We should be able to bounce back


----------



## jazzy1 (Jul 16, 2002)

2 Things I expect tonight. 

I expect Pau to bounce back and play well. 

and I expect Kobe to guard Artest more tonight.

I also expect a tough game and a win.


----------



## DANNY (Aug 9, 2005)

we need to be more aggressive on defense. can't let the rockets get comfortable and get into a sort of a rhythm. 

double team yao, trap brooks, form a wall against when artest drive, let the other role players their scorers. i can live with scola or battier getting 20+ pts if we can limit the other three.


----------



## DaRizzle (May 22, 2007)

Odom is starting over Bynum tonight...heard it on the radio


edit:


> Lakers forward Lamar Odom is expected to return to the starting lineup tonight in Game 2 against the Houston Rockets in place of struggling center Andrew Bynum.
> 
> "We're thinking about it," Lakers Coach Phil Jackson said Wednesday afternoon after his team's shootaround.


http://www.latimes.com/sports/la-sp-lakers-rockets7-2009may07,0,5635064.story


----------



## Luke (Dec 7, 2008)

Kobe's going to bring his A game, and i expect them to be incredibly focused all game, which is something we haven't seen in months.


----------



## ceejaynj (Oct 9, 2005)

VanillaPrice said:


> Kobe's going to bring his A game, and i expect them to be incredibly focused all game, which is something we haven't seen in months.

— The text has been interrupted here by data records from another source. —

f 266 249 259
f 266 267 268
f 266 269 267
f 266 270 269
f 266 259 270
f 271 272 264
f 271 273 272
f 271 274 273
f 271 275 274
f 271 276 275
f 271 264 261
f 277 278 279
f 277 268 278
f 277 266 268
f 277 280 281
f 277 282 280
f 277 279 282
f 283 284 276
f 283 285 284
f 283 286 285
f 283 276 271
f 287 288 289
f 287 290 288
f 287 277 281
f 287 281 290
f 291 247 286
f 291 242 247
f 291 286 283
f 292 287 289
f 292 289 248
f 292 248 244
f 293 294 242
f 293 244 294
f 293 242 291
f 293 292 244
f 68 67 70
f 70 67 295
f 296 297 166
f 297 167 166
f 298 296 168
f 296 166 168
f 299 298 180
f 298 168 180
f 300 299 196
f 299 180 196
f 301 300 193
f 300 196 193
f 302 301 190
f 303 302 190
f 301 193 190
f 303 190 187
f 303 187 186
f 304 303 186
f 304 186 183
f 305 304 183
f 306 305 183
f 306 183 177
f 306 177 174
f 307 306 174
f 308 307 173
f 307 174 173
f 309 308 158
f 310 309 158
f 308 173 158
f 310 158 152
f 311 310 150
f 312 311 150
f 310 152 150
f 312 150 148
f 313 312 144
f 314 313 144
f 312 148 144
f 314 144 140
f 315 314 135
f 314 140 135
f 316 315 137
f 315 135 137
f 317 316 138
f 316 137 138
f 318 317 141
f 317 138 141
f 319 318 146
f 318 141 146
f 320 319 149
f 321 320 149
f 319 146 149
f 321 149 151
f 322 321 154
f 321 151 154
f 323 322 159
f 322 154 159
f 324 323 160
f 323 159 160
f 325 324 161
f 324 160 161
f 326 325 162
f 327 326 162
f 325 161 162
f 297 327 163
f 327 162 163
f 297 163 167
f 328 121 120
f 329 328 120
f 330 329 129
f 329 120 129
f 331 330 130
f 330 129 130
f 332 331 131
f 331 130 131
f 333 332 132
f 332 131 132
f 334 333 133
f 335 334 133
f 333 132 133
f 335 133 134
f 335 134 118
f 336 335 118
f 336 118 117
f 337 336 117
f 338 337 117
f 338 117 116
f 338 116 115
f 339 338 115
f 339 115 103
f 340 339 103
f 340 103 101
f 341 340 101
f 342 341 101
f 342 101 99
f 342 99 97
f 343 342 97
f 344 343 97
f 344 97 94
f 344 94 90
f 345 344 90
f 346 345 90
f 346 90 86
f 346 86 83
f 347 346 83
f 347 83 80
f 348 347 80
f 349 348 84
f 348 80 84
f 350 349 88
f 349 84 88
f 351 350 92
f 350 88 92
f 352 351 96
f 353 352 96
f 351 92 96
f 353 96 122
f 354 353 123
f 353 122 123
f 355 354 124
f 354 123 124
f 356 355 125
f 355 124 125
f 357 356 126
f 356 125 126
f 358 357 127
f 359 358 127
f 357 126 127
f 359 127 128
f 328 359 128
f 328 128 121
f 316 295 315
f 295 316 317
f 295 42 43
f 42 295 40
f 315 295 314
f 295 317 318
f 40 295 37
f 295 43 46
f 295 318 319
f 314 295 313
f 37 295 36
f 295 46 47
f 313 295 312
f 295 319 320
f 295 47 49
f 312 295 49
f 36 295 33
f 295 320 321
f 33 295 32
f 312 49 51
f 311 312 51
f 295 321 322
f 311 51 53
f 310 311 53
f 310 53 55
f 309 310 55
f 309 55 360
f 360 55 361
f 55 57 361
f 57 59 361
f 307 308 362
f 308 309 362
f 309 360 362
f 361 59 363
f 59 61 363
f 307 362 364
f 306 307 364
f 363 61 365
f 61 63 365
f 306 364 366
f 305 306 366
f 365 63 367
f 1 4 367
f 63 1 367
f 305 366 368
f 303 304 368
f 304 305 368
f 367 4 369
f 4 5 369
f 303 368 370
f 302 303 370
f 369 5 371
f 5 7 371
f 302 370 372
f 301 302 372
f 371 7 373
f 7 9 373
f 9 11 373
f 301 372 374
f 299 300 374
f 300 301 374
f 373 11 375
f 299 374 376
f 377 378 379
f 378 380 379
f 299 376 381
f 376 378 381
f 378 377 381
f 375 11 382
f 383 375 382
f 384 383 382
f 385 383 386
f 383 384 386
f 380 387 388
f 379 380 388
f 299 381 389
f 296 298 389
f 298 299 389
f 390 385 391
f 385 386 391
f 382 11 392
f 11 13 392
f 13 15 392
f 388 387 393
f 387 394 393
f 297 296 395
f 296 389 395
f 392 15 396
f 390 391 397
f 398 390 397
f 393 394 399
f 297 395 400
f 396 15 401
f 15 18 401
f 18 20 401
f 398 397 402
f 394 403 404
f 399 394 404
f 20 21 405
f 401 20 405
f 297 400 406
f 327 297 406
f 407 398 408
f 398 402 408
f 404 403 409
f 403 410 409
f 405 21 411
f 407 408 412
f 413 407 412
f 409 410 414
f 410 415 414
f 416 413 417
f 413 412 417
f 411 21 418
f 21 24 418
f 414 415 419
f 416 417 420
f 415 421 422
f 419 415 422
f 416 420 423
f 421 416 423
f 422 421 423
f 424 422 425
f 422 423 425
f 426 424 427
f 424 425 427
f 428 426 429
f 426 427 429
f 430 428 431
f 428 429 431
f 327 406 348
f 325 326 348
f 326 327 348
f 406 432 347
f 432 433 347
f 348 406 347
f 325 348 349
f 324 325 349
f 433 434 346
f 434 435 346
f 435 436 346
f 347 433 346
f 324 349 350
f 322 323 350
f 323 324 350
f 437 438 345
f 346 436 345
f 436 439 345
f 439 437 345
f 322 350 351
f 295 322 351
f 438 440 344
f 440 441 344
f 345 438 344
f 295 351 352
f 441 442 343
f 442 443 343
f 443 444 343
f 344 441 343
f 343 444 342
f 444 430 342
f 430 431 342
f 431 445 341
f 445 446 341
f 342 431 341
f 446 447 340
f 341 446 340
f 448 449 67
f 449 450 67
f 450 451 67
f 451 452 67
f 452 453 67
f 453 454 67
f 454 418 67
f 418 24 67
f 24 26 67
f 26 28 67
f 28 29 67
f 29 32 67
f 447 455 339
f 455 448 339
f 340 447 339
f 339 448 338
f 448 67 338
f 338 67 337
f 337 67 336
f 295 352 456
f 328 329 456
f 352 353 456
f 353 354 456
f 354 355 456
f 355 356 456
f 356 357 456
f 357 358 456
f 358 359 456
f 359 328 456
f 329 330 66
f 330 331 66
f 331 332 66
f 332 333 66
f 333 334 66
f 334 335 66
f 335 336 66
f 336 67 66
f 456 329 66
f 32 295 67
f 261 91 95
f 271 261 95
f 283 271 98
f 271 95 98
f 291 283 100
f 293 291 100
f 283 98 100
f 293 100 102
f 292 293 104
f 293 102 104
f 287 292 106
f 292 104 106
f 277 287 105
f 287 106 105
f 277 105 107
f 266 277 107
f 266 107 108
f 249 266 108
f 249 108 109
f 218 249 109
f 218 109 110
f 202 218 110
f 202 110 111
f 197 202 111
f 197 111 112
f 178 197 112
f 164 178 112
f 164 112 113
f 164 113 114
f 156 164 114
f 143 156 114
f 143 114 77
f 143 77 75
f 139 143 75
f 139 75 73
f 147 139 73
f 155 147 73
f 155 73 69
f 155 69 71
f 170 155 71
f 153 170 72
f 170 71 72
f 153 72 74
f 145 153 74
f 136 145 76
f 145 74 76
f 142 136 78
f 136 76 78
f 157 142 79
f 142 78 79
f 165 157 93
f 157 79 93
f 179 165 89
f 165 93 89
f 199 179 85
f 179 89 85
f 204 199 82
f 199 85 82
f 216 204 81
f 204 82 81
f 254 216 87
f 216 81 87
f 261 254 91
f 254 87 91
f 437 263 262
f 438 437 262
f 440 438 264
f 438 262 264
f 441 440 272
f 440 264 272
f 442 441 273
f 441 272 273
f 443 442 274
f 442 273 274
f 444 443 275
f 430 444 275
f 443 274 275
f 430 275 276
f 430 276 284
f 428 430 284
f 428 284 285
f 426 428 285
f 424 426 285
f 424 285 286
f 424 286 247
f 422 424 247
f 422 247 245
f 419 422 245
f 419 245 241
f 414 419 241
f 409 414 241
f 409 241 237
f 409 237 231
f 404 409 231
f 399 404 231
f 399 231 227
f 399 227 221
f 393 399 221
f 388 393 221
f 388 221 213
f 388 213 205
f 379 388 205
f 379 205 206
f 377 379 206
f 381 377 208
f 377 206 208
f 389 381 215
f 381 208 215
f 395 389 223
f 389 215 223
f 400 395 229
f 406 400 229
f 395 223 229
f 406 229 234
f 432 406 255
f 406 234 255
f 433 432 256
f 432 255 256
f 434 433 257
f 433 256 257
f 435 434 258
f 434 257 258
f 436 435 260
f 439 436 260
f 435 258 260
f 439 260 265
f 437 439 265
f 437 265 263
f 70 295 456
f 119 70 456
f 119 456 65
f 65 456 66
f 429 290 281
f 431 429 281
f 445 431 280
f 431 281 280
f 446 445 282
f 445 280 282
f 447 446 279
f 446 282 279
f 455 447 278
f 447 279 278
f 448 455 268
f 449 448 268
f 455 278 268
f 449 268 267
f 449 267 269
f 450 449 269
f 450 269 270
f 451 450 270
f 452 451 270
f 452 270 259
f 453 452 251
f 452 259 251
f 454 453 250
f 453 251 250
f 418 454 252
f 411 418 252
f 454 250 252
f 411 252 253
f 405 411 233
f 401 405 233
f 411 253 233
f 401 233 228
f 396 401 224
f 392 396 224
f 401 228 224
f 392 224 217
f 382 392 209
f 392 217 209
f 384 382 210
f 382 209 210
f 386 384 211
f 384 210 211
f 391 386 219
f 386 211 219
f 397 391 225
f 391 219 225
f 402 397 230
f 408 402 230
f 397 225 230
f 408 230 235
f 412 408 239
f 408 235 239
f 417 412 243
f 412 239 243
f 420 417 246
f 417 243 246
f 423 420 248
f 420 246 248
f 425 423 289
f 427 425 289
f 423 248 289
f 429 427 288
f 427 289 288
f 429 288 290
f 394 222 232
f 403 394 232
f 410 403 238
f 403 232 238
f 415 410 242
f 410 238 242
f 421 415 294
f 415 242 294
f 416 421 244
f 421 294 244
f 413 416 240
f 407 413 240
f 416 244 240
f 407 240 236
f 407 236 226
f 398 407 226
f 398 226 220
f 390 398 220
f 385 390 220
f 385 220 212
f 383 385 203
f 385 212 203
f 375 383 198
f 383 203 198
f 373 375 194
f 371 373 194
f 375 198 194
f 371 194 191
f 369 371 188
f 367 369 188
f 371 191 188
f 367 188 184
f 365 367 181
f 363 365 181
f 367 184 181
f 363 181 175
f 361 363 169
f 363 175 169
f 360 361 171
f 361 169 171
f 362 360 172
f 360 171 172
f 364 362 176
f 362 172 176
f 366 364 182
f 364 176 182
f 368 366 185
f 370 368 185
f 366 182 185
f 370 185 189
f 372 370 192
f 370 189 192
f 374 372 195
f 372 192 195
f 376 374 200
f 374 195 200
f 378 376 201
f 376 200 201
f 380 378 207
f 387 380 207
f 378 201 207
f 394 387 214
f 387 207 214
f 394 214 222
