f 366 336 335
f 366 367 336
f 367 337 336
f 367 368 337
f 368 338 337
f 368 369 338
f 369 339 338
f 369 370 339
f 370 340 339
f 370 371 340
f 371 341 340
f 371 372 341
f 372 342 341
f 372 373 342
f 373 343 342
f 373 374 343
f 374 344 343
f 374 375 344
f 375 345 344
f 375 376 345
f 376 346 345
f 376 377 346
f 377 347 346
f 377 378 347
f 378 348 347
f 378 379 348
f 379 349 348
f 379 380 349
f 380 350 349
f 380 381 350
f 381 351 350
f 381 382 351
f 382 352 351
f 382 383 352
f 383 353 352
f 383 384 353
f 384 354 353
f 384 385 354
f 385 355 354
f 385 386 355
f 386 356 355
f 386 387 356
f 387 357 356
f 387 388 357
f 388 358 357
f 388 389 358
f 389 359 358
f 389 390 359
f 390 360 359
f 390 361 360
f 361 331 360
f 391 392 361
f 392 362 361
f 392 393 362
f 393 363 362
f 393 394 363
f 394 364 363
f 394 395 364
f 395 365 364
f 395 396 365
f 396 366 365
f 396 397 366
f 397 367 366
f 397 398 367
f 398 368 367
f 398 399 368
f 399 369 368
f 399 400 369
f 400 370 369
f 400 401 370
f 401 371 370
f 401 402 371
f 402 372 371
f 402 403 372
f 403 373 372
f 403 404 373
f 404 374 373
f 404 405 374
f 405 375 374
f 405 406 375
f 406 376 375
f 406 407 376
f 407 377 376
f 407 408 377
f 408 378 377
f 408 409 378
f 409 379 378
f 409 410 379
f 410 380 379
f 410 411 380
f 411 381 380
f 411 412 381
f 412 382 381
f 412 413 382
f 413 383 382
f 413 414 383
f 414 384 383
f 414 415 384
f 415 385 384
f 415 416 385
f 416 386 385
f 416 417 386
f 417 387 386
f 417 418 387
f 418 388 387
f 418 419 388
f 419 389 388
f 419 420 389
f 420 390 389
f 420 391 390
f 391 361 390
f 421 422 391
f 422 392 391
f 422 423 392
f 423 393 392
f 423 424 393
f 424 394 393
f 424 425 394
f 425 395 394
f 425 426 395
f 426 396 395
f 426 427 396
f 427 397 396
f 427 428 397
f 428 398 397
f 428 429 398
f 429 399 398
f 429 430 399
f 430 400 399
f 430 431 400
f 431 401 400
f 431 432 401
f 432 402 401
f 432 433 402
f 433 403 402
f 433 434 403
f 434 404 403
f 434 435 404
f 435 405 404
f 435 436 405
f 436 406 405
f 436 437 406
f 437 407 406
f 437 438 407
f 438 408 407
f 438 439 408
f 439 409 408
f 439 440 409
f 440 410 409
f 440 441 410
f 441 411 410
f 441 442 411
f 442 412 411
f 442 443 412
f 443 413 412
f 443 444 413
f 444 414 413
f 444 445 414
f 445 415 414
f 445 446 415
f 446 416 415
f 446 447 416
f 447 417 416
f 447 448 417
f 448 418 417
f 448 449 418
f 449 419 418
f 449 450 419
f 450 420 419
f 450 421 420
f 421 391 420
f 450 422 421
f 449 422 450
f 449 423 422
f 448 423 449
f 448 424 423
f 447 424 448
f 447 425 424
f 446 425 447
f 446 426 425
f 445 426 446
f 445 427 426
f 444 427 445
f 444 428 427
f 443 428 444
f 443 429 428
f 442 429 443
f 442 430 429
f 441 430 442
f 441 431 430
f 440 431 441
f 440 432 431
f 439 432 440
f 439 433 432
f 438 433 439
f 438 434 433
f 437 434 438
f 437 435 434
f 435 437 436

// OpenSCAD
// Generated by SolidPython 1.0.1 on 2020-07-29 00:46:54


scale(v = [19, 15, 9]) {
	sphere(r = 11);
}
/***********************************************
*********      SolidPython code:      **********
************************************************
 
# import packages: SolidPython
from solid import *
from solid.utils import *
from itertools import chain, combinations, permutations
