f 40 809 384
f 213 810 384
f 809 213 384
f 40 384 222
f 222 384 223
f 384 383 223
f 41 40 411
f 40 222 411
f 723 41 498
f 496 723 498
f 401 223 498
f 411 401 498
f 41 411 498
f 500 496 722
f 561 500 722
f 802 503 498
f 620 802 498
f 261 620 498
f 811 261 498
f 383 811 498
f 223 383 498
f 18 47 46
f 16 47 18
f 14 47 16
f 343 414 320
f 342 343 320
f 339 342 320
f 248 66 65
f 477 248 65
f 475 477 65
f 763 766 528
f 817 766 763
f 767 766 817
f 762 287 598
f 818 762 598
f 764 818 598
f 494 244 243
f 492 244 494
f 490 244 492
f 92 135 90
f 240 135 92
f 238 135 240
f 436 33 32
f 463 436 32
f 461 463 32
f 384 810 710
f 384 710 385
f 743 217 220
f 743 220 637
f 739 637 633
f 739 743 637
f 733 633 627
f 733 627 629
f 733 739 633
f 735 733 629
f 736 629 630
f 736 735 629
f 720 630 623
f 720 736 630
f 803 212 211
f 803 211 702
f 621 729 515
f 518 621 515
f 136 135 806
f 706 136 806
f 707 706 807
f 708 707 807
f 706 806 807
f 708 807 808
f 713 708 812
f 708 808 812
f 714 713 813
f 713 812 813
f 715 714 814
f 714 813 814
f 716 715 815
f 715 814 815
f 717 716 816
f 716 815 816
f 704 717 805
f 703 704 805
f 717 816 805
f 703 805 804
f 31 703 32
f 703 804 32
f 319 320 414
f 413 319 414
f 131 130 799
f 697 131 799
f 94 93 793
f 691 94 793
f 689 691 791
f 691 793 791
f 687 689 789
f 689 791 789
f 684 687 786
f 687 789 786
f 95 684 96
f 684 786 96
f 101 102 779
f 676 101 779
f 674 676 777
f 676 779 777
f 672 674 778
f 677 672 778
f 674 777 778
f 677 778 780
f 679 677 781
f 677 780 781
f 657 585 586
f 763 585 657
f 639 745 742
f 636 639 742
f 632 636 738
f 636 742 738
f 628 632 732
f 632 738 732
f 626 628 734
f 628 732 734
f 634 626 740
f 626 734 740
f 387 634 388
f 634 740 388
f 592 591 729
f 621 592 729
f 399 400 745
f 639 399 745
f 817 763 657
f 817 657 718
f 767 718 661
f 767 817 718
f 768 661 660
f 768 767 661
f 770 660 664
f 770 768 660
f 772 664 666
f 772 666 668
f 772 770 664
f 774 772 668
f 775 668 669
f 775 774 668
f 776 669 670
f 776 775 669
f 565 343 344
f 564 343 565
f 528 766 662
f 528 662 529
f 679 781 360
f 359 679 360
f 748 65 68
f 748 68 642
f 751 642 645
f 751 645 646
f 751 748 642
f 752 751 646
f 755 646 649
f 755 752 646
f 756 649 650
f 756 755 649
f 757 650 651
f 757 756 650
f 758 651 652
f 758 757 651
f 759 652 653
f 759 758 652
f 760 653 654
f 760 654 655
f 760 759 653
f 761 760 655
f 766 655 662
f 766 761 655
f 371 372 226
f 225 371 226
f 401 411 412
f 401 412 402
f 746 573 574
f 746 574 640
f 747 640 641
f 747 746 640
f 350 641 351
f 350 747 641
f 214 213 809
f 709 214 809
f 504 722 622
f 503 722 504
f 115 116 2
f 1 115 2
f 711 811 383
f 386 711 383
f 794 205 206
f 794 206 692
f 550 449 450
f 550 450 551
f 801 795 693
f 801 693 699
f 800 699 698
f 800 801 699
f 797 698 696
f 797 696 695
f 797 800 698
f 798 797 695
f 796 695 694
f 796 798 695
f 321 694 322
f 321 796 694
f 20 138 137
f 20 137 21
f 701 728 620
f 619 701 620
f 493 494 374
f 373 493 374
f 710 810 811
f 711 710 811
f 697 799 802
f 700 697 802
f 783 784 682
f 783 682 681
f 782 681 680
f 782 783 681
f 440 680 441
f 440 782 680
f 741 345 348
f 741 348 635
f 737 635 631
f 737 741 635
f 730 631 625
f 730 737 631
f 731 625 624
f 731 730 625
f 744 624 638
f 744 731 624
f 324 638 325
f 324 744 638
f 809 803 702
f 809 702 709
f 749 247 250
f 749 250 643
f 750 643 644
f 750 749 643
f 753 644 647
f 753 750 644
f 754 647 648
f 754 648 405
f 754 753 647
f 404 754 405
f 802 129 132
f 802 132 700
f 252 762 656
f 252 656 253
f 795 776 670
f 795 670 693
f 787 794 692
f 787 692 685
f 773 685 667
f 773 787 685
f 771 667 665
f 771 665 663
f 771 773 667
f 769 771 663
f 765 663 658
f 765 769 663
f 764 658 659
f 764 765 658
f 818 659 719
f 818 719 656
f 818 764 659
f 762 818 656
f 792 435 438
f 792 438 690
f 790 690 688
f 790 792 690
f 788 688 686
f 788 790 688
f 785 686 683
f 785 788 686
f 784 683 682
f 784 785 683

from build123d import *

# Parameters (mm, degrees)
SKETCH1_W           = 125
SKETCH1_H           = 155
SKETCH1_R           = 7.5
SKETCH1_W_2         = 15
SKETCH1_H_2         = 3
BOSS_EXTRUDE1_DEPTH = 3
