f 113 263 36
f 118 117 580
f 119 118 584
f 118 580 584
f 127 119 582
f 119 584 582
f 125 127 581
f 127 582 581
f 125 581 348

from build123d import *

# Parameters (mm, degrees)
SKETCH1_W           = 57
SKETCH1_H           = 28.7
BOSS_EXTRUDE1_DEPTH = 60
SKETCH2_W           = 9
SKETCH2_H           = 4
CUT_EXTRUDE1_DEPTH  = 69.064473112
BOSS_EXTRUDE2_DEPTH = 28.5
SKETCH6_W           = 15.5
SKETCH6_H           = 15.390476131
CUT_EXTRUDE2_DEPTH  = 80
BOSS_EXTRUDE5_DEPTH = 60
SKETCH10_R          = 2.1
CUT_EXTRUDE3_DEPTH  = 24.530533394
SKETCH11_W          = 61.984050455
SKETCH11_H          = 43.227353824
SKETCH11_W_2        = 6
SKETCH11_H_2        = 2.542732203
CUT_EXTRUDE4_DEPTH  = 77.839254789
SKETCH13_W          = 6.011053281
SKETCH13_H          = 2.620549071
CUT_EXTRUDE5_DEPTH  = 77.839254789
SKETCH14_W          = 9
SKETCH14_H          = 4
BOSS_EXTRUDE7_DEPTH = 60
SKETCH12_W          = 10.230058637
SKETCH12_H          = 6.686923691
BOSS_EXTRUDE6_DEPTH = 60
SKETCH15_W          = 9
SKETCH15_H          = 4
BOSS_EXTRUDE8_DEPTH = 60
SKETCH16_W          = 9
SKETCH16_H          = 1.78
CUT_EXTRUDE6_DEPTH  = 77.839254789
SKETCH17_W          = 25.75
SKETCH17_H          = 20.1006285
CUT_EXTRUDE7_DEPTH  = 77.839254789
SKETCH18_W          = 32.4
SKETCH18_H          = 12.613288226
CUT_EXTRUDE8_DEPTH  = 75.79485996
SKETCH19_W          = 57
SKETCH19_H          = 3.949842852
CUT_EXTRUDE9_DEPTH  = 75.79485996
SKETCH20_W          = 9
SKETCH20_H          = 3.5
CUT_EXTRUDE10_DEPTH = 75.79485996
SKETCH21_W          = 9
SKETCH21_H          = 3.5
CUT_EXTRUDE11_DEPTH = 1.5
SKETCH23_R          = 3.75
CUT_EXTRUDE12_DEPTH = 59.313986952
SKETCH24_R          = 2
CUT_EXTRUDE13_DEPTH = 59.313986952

Yeah...it's too bad the sh** has to hit the fan before we bring our "A" games.


----------



## ceejaynj (Oct 9, 2005)

Drew is struggling because he is not getting the minutes and has lost his confidence. Playing only 15 minutes in Game 1 doesn't help. Odom is just as valuable off the bench...so I am not agreeing with this starting lineup change. If Drew fouls out...so be it...but give him the minutes to build his confidence back up. We still have Pau and DJ to guard Yao if Drew fouls out. PJ needs to turn the tables and pound the ball inside to get Yao in foul trouble...why he is not doing this is beyond me.


----------



## DaRizzle (May 22, 2007)

^I dont want confidence...I want wins. Odom's production when a starter vastly improves rather than when he is the 6th man, and its not just because he plays more minutes


----------



## ceejaynj (Oct 9, 2005)

DaRizzle said:


> ^I dont want confidence...I want wins. Odom's production when a starter vastly improves rather than when he is the 6th man, and its not just because he plays more minutes


We need Drew to be ready as we advance in the playoffs. He needs more minutes. 15 minutes in Game 1 is not enough to have any impact on any game. IMO...despite winning, we played like crap in Round 1, and we are playing like crap now. Drew can impact a game if we give him the opportunity. Unless we don't know the whole story about his knee, which is always a possibility.


----------



## DaRizzle (May 22, 2007)

I have faith Bynum will be able to EARN his way back into the starting lineup if the Lakers are able to advance (pray). Its still about a month until game 1 of the finals if we are lucky enough to get that far.


----------



## Darth Bryant (Feb 1, 2005)

And so the refs begin.


----------



## Darth Bryant (Feb 1, 2005)

Odom and Ariza starting out horrible, but the defense is looking nice.


----------



## Laker Freak (Jul 1, 2003)

Kobe is hot to start the game but if he cools off all these long jumpers he's taking might screw us over,


----------



## Darth Bryant (Feb 1, 2005)

Fisher looking good so far too.


----------



## Darth Bryant (Feb 1, 2005)

Man that mutated Sasha keeps drilling those jumpers.


----------



## DANNY (Aug 9, 2005)

wow fluidity on offense and more activity on defense this is laker basketball


----------



## Darth Bryant (Feb 1, 2005)

Defense is much improved so far. Gasol and Odom are working that double team very well, unlike game one.


----------



## Bartholomew Hunt (Mar 4, 2003)

Strong move by Gasol.


----------



## Bartholomew Hunt (Mar 4, 2003)

Have a seat Yao.


----------



## Darth Bryant (Feb 1, 2005)

Wow, what a pretty play from Gasol.. Then another run and gets his second foul on Yao.


----------



## Darth Bryant (Feb 1, 2005)

Uh oh.. Walton is in..


----------



## Darth Bryant (Feb 1, 2005)

Ouch, theres a confidence killer for Bynum.. From starter to third string in the course of a game.


----------



## DANNY (Aug 9, 2005)

Darth Bryant said:


> Uh oh.. Walton is in..


haha first reaction yeah but the matchup with artest should be a good one


----------



## Bartholomew Hunt (Mar 4, 2003)

Not too shabby. Let's see what the bench brings in the first 5-6 minutes of the 2nd.


----------



## Darth Bryant (Feb 1, 2005)

DANNY said:


> haha first reaction yeah but the matchup with artest should be a good one


Yeah, I'm sure he will shut Artest down with his baller IQ.


----------



## Bartholomew Hunt (Mar 4, 2003)

Darth Bryant said:


> Ouch, theres a confidence killer for Bynum.. From starter to third string in the course of a game.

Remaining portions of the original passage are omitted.